第六屆

孤獨 跨世紀的體悟

《孤獨的反義詞》與《十一種孤獨》兩書的創作雖橫跨半個世紀,傳達的思想卻相去不遠,皆點出孤獨的無可避免。

孤獨 跨世紀的體悟

記者 麻愷晅 文  2016/01/12

孤獨,總會在孤身一人時油然而生。許多人將孤獨與寂寞劃上等號,但兩者的本質截然不同。蔣勳在《孤獨六講》書中寫道:「孤獨是一種沈澱,而孤獨沈澱後的思維是清明。
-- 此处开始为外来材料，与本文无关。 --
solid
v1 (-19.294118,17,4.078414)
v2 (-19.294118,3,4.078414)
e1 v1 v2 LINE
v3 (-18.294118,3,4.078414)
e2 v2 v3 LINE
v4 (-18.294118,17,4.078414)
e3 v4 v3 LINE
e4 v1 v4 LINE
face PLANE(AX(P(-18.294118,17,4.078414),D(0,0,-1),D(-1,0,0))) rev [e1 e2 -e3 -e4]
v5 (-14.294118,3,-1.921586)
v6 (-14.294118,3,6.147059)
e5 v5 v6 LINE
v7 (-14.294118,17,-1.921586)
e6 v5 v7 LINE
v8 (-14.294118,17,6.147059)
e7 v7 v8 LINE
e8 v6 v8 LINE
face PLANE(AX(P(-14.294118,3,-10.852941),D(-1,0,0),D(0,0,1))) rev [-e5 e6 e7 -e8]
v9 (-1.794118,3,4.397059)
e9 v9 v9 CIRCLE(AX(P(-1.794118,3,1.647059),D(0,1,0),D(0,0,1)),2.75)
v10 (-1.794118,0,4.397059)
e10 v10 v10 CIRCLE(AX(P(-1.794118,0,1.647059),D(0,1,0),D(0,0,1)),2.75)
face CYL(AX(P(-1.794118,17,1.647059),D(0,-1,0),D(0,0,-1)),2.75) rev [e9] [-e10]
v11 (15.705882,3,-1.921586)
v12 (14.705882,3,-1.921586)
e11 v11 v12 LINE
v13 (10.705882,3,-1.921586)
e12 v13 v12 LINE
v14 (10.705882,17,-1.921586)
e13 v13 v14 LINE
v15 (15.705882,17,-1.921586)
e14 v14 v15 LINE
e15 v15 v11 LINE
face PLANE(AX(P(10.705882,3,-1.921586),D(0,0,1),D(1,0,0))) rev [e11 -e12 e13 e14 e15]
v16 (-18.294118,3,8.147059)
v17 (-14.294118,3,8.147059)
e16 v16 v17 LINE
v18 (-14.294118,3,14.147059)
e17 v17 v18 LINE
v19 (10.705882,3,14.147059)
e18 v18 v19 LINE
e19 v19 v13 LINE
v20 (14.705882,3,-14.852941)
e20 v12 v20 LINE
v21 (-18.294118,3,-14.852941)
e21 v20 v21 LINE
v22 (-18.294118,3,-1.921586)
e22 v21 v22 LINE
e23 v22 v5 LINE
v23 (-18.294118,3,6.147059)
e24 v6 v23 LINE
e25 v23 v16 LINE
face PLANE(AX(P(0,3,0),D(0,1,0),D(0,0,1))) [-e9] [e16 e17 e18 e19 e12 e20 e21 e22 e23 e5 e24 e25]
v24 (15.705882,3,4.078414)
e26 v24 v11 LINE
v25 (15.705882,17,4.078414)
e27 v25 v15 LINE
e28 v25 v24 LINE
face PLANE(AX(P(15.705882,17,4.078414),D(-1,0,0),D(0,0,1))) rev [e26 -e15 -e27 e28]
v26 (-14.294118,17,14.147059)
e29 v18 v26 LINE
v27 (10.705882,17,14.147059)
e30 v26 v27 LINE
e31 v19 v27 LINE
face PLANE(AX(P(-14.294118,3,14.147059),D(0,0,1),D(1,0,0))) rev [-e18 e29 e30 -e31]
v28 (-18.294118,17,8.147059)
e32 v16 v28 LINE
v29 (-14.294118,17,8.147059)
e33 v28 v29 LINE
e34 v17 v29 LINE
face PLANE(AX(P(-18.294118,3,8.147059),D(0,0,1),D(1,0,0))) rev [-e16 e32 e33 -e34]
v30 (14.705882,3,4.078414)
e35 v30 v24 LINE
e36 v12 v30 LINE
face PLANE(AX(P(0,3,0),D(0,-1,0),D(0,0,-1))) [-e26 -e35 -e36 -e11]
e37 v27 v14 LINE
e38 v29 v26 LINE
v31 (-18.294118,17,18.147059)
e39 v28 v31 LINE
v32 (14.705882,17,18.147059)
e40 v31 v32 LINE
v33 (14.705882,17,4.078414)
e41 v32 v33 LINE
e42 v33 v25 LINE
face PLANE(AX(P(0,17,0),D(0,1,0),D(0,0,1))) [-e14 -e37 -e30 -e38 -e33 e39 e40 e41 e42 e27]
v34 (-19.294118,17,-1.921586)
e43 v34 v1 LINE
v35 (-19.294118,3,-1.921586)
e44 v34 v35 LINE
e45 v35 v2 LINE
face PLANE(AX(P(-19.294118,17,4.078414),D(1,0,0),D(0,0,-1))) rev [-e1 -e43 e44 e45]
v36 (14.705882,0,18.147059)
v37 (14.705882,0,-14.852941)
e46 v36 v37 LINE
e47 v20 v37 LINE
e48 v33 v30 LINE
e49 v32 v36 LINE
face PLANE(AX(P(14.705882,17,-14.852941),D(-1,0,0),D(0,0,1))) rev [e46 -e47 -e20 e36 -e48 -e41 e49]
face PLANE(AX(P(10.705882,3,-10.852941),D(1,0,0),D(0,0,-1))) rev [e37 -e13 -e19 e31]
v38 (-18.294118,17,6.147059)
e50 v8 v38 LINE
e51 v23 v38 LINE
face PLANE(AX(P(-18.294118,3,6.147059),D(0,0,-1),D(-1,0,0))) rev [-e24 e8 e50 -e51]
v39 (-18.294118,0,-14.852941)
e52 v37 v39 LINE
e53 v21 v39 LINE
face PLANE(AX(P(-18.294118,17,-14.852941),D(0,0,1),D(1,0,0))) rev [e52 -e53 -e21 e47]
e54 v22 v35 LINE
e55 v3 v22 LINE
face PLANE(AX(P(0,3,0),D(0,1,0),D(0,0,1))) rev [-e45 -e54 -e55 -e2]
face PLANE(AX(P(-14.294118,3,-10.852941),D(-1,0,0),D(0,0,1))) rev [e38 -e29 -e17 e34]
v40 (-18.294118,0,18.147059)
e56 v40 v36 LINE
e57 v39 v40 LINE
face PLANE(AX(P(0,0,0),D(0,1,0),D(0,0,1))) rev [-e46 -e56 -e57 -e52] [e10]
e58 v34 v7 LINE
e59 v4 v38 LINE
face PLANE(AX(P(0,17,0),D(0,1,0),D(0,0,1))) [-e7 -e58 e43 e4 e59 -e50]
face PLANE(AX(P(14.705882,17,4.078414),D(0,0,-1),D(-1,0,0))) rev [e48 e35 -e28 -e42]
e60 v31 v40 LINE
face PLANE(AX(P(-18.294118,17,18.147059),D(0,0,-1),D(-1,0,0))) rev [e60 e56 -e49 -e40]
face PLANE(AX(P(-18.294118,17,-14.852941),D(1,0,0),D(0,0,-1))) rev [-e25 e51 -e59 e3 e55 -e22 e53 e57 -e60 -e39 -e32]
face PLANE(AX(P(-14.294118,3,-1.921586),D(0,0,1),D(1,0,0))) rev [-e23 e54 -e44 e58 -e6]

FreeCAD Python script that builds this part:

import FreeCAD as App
import Part
import Sketcher

V = App.Vector


def add_polygon(sketch, points):
    """Adds a closed chain of lines whose ends are joined by coincident constraints."""
    first, n = sketch.GeometryCount, len(points)
    for a, b in zip(points, points[1:] + points[:1]):
        sketch.addGeometry(Part.LineSegment(App.Vector(*a, 0), App.Vector(*b, 0)), False)
    for i in range(n):
        sketch.addConstraint(Sketcher.Constraint("Coincident", first + i, 2, first + (i + 1) % n, 1))

doc = App.newDocument("Part")
params = doc.addObject("Spreadsheet::Sheet", "Params")
for row, (alias, value) in enumerate([
    ("sketch1_diameter", "5.5 mm"),
    ("sketch1_width", "33 mm"),
    ("pad1_length", "17 mm"),
    ("sketch2_width", "25 mm"),
    ("pocket1_length", "14 mm"),
    ("sketch3_width", "4 mm"),
    ("sketch3_height", "3 mm"),
    ("pocket2_length", "14 mm"),
    ("sketch4_height", "4 mm"),
    ("pocket3_length", "14 mm"),
    ("sketch5_width", "4 mm"),
    ("pocket4_length", "14 mm"),
    ("pocket5_length", "14 mm"),
    ("sketch7_width", "1 mm"),
    ("sketch7_height", "6 mm"),
    ("pad2_length", "14 mm"),
    ("sketch8_width", "4 mm"),
    ("sketch8_height", "2 mm"),
    ("pocket6_length", "14 mm"),
], start=1):
    params.set(f"A{row}", alias)
    params.set(f"B{row}", "=" + value)
    params.setAlias(f"B{row}", alias)

body = doc.addObject("PartDesign::Body", "Body")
」寂寞是一種情緒,孤獨則是一種情境,與他人無交流的意識狀態。正因孤獨的存在,人們才能夠看見自我。《孤獨的反義詞》與《十一種孤獨》兩書的創作雖橫跨半個世紀,傳達的思想卻相去不遠,前者從反義推導,後者化抽象為具體,最終皆點出孤獨的無可避免。
 

年輕世代 沈寂的孤獨

《孤獨的反義詞》由瑪麗娜・基根(Marina Keegan)所著,她的作品以自身生活感觸為主,輔以短篇小說點綴,刻畫人們的孤獨。

「我們找不到一個詞來表達孤獨的相反意義。如果有的話,我得說,那就是我此生所追求的⋯⋯。」首篇文章〈孤獨的反義詞〉以此句開場,為全書下註,道出年輕世代對未來的徬徨與不安。基根在尋找反義詞的過程中,回顧大學生活,思索人生,並將自己的感受擴及至同年齡層的群體。她用二十二歲的思維體悟孤獨、闡明孤獨;因此對年輕讀者而言,基根的作品頗能產生共鳴。在享受青春的同時,也害怕失去擁有的一切;難以捉摸的未來與對過去的遺憾,這種無助感不僅止於耶魯大學畢業生,更存在於所有社會新鮮人的心裡。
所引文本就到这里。